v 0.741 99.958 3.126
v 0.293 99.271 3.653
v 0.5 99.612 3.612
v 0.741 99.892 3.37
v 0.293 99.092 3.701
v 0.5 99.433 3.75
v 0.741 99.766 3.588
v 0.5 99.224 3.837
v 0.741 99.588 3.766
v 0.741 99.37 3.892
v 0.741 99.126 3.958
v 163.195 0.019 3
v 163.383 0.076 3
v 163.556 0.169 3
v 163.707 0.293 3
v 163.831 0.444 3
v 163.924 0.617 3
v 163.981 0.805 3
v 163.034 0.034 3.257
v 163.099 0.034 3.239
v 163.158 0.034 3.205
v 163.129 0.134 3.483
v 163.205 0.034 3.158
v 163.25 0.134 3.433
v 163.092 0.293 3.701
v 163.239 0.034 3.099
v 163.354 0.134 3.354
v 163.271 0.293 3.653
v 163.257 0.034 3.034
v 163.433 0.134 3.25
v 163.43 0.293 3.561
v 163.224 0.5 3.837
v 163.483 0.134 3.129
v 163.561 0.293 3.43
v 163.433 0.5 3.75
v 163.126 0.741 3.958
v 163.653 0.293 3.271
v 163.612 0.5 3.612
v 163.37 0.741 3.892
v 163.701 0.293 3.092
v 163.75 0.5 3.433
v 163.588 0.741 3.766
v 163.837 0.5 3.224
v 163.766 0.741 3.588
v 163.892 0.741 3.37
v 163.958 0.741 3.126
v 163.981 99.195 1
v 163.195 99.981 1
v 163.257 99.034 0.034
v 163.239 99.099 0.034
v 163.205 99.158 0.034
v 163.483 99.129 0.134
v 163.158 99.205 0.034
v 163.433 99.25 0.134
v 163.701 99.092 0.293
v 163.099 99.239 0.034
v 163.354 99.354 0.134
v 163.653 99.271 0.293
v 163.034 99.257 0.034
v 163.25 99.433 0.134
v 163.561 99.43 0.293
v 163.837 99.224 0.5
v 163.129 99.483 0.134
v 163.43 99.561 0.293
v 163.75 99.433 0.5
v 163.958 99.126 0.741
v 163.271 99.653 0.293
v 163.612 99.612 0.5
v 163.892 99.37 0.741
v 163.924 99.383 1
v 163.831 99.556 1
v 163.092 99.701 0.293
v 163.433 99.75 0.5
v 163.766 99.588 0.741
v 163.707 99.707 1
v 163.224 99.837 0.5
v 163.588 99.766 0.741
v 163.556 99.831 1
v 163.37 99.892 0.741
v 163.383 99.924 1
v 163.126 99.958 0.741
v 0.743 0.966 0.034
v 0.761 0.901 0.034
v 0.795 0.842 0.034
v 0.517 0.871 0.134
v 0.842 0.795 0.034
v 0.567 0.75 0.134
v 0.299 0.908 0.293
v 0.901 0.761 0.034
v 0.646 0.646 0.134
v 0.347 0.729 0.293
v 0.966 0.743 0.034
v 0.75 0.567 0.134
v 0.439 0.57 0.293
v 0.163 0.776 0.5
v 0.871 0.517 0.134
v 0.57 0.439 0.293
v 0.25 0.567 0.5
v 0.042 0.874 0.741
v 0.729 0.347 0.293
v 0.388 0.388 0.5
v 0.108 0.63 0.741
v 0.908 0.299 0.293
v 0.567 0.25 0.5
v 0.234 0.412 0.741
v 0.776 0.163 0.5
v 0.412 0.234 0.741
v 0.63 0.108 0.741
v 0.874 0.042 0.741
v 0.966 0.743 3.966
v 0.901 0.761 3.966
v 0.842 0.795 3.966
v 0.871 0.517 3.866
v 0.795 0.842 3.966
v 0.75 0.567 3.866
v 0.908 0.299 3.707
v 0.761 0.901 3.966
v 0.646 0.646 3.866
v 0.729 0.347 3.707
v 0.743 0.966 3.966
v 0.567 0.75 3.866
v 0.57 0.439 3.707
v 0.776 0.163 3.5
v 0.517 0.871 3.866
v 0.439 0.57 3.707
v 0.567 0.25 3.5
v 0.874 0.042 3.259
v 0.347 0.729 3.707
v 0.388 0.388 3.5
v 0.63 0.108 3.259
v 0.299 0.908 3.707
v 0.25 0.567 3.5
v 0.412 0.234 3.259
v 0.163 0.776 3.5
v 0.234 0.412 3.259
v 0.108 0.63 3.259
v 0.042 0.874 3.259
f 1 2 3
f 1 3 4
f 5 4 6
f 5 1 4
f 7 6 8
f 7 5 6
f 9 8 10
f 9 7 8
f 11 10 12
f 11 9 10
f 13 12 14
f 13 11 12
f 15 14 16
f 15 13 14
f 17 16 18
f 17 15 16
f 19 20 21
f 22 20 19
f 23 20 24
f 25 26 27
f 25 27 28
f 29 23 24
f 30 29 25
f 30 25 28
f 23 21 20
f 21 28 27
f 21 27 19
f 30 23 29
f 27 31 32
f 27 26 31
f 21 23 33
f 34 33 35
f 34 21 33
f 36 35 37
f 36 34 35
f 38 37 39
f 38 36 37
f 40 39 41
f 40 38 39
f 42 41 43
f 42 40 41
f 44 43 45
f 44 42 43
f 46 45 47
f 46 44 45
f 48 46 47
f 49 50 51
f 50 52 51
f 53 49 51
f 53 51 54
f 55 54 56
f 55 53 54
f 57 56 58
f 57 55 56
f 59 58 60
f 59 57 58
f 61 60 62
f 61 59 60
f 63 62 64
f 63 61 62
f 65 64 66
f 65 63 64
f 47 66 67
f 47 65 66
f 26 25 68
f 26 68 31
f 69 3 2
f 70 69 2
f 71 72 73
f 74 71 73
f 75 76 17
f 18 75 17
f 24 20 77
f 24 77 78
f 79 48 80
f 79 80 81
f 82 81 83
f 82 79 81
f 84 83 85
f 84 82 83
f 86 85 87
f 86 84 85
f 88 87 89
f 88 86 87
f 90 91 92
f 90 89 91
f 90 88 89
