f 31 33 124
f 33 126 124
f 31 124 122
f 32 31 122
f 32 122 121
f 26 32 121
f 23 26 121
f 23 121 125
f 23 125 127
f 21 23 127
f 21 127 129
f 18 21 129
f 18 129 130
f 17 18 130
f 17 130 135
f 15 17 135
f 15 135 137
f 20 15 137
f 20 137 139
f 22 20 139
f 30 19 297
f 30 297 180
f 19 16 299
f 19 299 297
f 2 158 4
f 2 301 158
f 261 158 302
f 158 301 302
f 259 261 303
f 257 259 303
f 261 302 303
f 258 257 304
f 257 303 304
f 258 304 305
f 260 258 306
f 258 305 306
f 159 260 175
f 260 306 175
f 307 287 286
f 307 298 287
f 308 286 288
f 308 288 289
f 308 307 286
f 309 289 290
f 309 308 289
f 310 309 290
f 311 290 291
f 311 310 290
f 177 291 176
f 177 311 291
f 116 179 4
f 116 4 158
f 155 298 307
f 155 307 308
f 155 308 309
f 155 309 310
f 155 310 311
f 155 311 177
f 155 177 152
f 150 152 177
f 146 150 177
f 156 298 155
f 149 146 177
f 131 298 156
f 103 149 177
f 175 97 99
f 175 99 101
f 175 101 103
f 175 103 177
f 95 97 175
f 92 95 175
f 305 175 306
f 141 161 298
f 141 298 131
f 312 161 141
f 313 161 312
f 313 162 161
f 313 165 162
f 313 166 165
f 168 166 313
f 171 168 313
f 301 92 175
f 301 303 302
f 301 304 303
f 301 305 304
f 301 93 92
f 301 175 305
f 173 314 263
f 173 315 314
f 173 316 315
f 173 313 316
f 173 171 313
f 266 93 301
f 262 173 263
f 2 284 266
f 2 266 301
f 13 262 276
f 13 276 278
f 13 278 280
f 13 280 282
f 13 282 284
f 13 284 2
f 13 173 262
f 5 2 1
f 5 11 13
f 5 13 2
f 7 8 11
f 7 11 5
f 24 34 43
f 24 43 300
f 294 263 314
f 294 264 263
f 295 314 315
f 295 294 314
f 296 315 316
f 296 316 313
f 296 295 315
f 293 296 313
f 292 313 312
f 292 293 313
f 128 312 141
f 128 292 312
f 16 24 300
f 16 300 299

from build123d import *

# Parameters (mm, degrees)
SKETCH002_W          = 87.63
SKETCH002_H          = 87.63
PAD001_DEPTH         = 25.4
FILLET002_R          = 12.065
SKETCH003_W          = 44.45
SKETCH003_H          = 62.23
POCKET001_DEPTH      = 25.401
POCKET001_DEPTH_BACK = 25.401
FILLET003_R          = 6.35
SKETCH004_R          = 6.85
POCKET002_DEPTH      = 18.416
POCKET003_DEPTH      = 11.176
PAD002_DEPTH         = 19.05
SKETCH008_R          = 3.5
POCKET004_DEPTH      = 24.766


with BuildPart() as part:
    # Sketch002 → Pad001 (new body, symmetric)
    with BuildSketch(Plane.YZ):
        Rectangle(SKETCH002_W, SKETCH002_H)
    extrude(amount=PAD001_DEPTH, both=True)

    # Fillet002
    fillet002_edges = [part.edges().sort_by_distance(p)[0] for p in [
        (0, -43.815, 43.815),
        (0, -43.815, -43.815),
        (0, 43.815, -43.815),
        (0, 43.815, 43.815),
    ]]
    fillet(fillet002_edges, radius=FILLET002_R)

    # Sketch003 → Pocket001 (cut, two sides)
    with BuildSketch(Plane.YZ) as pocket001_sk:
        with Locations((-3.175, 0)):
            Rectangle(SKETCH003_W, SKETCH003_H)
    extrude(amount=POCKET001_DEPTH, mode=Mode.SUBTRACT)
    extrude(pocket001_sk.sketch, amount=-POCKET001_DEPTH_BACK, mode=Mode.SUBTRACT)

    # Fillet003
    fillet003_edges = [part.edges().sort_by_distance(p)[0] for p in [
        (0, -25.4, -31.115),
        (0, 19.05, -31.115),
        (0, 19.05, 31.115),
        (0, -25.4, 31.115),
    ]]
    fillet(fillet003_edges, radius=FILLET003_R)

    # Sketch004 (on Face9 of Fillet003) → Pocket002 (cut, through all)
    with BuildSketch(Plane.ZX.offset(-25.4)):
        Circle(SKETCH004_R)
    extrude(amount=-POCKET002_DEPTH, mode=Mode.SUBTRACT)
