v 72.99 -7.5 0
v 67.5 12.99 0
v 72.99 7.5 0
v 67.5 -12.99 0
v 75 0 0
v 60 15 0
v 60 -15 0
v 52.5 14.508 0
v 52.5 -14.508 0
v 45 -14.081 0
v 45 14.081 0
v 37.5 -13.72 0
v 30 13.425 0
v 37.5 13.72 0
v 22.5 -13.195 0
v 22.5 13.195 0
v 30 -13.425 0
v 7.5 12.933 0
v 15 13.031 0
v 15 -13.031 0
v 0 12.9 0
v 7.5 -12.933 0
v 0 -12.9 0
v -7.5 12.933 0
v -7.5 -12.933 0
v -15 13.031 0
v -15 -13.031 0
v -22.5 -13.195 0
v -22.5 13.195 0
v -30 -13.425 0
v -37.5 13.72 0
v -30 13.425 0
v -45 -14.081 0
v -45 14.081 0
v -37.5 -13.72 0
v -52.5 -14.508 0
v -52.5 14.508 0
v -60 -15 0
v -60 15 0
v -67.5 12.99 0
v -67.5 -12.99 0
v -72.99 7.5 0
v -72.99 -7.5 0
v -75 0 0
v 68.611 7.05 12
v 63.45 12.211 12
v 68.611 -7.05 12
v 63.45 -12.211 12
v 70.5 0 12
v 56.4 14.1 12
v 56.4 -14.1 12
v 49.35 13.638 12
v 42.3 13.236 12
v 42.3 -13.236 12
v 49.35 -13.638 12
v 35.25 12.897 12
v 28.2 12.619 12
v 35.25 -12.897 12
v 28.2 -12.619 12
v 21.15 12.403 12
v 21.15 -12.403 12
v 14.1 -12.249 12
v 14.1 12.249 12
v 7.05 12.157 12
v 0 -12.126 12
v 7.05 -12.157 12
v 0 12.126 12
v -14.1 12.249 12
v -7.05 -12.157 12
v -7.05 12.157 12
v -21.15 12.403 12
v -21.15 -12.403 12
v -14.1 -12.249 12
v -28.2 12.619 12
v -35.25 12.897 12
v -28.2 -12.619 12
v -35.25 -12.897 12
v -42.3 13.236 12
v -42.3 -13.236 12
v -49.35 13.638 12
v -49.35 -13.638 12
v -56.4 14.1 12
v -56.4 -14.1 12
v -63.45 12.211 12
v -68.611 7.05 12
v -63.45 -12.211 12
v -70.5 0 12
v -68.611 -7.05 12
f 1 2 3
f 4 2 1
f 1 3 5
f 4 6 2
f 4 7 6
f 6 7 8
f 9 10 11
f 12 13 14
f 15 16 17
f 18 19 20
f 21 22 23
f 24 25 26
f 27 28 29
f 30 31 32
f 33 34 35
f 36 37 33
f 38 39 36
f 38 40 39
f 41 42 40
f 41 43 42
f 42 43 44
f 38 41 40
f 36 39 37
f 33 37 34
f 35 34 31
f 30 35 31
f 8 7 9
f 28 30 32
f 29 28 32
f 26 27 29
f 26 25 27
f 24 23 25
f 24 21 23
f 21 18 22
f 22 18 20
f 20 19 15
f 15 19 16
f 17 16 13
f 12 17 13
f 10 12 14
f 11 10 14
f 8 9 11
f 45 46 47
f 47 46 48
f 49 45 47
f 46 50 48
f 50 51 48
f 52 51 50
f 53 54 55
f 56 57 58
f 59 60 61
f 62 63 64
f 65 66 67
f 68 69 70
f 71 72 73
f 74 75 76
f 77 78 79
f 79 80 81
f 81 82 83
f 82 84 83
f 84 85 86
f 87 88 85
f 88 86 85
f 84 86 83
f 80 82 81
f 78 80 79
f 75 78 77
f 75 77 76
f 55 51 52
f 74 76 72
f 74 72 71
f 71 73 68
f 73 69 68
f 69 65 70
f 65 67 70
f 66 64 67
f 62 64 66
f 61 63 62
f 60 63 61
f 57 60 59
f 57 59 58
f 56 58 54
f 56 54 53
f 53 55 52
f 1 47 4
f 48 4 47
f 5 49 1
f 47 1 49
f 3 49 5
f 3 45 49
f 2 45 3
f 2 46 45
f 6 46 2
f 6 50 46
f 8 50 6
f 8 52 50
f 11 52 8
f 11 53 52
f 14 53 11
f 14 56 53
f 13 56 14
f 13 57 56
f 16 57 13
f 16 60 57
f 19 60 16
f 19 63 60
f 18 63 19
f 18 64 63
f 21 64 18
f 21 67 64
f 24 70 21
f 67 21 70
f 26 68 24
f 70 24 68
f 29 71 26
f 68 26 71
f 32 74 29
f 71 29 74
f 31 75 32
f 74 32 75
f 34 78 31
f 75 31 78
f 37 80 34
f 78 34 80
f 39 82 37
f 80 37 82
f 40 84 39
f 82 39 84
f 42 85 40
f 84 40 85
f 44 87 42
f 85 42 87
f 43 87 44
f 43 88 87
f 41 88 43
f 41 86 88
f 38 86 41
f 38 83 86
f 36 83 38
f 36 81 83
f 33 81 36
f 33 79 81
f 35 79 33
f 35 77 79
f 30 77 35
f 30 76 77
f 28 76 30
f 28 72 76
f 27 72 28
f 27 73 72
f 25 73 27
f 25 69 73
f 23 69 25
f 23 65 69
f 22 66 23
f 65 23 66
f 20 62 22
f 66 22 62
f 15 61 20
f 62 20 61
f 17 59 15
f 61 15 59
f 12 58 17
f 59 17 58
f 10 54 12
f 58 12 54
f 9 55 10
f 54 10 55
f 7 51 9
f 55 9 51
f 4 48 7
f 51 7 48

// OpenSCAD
$fn = 32;

// ----------------------------------------------------------------------
// Handle: 150 x 30 mm grip, 12 mm thick
// ----------------------------------------------------------------------

// --- parameters (mm) ---
length = 150;             // grip length
width = 30;               // grip width
thickness = 12;           // grip thickness
waist = 0.86;             // width factor at the middle
draft = 0.94;             // top face scale of the extrusion

/* ergonomic grip outline, closed spline-like polygon in the XY plane */
grip = [[-60, 15], [-52.5, 14.508], [-45, 14.081], [-37.5, 13.72], [-30, 13.425], [-22.5, 13.195], [-15, 13.031], [-7.5, 12.933], [0, 12.9], [7.5, 12.933], [15, 13.031], [22.5, 13.195], [30, 13.425], [37.5, 13.72], [45, 14.081], [52.5, 14.508], [60, 15], [67.5, 12.99], [72.99, 7.5], [75, 0], [72.99, -7.5], [67.5, -12.99], [60, -15], [60, -15], [52.5, -14.508], [45, -14.081], [37.5, -13.72], [30, -13.425], [22.5, -13.195], [15, -13.031], [7.5, -12.933], [0, -12.9], [-7.5, -12.933], [-15, -13.031], [-22.5, -13.195], [-30, -13.425], [-37.5, -13.72], [-45, -14.081], [-52.5, -14.508], [-60, -15], [-67.5, -12.99], [-72.99, -7.5], [-75, 0], [-72.99, 7.5], [-67.5, 12.99], [-60, 15]];

module grip_body() {
  linear_extrude(height = thickness, scale = draft) polygon(grip);
}

difference() {
  union() {
    grip_body();
  }
}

• **EXERCISE OBJECTIVE**: Scan the records for the word "Mode" and copy every line where it is found.

• **COMPLETED TASK**:
    extrude(amount=POCKET001_DEPTH, mode=Mode.SUBTRACT)
    extrude(pocket001_sk.sketch, amount=-POCKET001_DEPTH_BACK, mode=Mode.SUBTRACT)
    extrude(amount=-POCKET002_DEPTH, mode=Mode.SUBTRACT)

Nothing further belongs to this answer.